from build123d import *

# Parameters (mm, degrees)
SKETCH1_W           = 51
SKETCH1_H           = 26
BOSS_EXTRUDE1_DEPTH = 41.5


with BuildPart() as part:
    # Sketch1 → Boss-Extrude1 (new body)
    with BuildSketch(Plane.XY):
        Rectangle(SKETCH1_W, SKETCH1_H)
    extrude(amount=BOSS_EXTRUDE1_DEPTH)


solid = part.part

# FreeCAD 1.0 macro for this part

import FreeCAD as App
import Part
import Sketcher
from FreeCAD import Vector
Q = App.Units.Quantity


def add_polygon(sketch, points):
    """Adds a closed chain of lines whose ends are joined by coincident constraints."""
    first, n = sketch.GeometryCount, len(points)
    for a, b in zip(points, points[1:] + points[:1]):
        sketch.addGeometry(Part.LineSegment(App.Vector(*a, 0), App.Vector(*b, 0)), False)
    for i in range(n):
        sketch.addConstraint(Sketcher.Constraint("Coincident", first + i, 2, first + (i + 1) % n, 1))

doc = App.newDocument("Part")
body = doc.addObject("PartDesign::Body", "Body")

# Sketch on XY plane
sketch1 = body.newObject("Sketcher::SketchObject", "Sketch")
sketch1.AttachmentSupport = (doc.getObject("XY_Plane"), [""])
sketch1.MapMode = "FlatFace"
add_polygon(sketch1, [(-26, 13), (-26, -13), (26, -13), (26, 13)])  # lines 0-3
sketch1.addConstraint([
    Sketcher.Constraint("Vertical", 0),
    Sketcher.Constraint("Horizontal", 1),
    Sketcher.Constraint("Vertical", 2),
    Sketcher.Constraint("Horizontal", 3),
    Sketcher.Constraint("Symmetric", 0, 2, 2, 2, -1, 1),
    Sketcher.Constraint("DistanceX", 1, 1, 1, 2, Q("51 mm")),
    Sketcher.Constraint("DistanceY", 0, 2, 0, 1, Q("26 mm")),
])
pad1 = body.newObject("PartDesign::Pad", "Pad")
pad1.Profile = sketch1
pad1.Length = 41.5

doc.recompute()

--

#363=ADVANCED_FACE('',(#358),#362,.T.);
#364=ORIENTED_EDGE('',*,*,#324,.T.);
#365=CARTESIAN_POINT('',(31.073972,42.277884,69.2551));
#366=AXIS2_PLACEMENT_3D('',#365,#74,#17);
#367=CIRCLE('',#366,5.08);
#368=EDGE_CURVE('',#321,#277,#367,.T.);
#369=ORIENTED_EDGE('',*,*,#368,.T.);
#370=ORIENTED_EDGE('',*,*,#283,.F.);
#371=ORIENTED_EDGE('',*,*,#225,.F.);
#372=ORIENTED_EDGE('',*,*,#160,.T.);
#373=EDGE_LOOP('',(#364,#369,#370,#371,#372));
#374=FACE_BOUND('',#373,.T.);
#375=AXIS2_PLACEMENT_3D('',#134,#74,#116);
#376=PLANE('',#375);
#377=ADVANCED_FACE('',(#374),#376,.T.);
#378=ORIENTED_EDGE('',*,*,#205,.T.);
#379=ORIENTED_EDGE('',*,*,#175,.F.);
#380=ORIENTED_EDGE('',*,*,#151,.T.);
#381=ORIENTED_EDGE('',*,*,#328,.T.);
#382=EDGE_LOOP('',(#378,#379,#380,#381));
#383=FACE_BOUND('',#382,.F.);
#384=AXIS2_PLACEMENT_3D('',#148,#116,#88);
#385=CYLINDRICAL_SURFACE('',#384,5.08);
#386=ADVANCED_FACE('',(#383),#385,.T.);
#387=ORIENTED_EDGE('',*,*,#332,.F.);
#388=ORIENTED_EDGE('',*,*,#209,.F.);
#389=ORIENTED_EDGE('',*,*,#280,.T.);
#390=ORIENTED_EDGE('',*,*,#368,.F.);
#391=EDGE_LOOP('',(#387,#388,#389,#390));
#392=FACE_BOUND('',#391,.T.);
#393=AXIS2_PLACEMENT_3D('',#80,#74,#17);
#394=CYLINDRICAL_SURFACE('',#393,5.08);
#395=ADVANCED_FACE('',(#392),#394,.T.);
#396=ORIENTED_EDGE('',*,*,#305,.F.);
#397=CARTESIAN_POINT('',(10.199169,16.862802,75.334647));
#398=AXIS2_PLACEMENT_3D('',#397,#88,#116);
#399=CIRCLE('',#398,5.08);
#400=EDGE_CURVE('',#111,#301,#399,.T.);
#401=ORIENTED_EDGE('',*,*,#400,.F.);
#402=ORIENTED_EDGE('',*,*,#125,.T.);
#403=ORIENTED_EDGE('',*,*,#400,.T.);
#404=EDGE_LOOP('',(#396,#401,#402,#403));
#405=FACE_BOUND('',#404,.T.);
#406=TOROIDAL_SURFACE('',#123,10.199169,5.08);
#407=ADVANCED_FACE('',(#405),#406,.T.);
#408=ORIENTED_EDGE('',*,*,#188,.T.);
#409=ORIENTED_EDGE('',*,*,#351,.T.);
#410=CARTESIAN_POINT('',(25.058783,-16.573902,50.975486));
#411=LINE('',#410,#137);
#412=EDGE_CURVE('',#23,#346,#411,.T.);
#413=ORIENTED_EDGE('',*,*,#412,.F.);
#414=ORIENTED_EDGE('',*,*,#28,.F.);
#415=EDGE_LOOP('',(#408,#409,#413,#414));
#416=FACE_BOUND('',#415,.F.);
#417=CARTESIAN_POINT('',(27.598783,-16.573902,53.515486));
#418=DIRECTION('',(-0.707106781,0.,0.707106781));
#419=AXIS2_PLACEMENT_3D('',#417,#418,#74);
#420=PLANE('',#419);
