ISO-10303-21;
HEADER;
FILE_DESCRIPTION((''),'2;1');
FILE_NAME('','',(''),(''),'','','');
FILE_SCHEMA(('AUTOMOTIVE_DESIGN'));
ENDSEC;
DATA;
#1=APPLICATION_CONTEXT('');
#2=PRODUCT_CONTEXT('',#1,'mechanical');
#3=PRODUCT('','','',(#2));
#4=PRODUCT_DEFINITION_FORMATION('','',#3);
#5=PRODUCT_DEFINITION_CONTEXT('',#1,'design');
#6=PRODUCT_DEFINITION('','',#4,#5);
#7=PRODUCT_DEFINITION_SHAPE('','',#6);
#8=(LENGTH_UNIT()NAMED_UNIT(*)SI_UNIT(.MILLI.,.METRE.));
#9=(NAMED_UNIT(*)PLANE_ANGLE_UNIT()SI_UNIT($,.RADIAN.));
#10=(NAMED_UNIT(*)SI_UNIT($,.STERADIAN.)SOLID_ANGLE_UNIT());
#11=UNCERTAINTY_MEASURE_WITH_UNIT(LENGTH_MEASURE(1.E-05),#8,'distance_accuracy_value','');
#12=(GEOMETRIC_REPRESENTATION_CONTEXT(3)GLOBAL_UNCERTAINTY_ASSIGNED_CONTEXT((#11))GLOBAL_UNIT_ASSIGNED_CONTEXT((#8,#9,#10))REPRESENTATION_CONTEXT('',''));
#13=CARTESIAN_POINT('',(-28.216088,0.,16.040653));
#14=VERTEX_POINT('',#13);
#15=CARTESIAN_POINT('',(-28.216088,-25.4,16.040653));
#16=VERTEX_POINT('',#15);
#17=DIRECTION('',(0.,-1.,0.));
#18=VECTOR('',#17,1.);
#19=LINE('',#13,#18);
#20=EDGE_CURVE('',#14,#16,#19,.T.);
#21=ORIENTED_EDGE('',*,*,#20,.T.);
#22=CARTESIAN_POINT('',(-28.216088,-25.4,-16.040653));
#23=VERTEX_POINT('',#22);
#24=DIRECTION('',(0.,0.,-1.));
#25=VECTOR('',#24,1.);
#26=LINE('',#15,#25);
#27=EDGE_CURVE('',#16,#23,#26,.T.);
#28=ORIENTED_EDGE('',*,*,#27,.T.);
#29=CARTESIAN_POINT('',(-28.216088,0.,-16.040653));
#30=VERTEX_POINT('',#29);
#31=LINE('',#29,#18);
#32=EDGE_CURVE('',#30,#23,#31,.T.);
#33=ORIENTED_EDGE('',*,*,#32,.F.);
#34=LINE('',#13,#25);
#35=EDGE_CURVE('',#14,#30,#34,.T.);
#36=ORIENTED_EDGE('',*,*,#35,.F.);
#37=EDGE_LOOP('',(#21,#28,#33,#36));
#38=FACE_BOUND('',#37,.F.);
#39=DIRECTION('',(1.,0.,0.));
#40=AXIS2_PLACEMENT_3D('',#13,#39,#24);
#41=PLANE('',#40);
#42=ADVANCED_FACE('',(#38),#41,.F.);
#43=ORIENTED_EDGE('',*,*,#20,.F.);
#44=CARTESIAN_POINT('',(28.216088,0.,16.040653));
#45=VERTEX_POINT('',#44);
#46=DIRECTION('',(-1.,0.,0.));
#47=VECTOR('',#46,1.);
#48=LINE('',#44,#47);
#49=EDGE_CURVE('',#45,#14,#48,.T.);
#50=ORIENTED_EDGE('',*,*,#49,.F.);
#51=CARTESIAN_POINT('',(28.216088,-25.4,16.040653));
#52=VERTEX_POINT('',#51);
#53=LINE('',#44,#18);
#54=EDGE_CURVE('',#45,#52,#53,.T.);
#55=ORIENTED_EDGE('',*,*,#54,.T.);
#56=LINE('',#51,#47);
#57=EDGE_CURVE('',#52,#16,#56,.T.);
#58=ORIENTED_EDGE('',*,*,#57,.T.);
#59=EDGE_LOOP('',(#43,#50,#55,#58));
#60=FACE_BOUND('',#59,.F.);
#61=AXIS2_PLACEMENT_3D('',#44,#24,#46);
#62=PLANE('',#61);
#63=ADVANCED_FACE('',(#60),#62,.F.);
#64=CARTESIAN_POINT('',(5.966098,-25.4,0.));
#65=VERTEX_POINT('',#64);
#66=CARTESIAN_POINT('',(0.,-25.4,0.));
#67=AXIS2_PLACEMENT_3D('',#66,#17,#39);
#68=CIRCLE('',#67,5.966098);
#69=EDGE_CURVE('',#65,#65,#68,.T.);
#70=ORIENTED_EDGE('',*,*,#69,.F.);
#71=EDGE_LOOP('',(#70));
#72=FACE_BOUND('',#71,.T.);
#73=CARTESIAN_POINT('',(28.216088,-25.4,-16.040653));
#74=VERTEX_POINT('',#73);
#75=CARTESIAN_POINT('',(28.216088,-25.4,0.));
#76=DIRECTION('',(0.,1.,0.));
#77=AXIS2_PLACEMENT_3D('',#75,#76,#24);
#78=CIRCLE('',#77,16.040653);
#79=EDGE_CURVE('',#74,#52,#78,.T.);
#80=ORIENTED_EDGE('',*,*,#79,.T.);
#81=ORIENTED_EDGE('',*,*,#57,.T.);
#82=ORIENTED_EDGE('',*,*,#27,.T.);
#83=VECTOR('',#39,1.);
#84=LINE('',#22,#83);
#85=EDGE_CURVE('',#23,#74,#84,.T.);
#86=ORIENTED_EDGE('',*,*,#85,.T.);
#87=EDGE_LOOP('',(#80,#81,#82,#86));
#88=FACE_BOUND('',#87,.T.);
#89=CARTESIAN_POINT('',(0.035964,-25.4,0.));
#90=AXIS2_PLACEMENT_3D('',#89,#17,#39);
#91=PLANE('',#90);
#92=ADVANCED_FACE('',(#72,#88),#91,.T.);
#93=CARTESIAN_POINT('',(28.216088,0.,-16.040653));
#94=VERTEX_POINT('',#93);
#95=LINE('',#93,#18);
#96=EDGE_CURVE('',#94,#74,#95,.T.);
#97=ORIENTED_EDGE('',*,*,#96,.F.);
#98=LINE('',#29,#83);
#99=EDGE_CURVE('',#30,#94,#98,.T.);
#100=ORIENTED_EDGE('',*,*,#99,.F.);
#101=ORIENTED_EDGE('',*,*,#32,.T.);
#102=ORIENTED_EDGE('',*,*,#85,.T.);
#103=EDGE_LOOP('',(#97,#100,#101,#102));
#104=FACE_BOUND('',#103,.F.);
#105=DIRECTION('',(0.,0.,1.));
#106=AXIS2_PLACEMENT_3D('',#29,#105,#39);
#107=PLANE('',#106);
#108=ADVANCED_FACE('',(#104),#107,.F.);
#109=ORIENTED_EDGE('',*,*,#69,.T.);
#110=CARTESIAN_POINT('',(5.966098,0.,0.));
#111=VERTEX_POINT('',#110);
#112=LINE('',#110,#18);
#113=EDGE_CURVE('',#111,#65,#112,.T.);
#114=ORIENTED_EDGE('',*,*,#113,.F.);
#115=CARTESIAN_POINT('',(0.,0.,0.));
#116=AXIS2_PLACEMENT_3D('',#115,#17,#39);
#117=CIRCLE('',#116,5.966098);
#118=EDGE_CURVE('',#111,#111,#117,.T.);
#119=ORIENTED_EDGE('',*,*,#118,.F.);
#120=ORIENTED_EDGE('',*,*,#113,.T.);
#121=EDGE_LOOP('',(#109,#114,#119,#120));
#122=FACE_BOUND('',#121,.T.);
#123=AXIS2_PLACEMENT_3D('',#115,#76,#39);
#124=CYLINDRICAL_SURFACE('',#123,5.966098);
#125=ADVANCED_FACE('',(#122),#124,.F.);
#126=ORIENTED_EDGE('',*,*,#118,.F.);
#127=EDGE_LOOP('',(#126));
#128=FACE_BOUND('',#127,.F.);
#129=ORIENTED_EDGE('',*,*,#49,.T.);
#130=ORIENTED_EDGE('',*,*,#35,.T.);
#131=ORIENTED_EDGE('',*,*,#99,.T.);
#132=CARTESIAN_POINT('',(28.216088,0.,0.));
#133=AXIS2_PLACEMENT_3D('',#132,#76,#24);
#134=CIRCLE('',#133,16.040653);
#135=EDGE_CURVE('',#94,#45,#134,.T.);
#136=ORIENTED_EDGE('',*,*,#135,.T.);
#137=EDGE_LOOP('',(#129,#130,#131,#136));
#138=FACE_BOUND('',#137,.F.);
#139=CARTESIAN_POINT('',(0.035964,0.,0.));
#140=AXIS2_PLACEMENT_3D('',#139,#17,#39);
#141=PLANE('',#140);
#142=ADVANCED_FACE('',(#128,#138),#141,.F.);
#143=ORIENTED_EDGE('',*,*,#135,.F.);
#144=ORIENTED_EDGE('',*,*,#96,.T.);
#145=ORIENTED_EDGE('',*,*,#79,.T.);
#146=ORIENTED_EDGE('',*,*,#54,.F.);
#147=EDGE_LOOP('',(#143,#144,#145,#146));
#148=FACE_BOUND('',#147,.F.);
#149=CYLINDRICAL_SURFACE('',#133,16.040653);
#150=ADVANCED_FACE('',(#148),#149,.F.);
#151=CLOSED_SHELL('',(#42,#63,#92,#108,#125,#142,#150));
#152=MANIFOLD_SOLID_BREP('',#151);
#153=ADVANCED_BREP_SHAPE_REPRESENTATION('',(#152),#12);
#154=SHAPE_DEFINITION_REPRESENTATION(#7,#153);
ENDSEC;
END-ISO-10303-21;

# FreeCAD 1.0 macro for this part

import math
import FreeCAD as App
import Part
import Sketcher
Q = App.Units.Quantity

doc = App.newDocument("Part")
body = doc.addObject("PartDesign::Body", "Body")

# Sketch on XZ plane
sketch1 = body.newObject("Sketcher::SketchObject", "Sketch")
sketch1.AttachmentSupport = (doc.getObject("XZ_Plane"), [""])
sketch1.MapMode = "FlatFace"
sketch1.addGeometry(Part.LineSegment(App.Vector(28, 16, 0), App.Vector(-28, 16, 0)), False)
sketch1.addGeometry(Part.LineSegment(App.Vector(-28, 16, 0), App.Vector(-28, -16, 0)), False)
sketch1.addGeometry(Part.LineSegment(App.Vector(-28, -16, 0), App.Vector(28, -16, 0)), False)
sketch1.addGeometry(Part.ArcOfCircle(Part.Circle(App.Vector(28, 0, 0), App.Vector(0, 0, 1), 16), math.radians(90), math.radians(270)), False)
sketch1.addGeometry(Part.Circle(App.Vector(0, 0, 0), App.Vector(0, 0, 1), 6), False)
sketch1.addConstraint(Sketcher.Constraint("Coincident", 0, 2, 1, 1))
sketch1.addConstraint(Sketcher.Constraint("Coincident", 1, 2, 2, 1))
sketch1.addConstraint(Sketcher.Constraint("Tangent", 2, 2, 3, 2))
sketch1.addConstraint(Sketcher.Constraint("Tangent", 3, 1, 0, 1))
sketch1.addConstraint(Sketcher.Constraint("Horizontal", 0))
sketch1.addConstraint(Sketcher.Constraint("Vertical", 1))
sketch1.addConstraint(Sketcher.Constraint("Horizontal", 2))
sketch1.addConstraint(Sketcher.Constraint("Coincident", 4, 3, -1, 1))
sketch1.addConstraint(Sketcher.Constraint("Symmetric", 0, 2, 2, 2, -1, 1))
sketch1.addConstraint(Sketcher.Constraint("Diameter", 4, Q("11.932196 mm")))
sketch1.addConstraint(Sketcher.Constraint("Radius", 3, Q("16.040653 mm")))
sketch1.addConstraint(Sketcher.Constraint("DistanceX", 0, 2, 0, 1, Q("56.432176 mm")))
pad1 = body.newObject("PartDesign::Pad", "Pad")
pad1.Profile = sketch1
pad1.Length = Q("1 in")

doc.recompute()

* TASK GOAL
Retype word for word everything in the listing above from the line that holds "#363=ADVANCED_FACE('',(#358),#362,.T.);" down to the line that holds "#371=ORIENTED_EDGE('',*,*,#225,.F.);". Keep both end lines and leave out the rest.

* RESPONSE TO THIS EXERCISE
#363=ADVANCED_FACE('',(#358),#362,.T.);
#364=ORIENTED_EDGE('',*,*,#324,.T.);
#365=CARTESIAN_POINT('',(31.073972,42.277884,69.2551));
#366=AXIS2_PLACEMENT_3D('',#365,#74,#17);
#367=CIRCLE('',#366,5.08);
#368=EDGE_CURVE('',#321,#277,#367,.T.);
#369=ORIENTED_EDGE('',*,*,#368,.T.);
#370=ORIENTED_EDGE('',*,*,#283,.F.);
#371=ORIENTED_EDGE('',*,*,#225,.F.);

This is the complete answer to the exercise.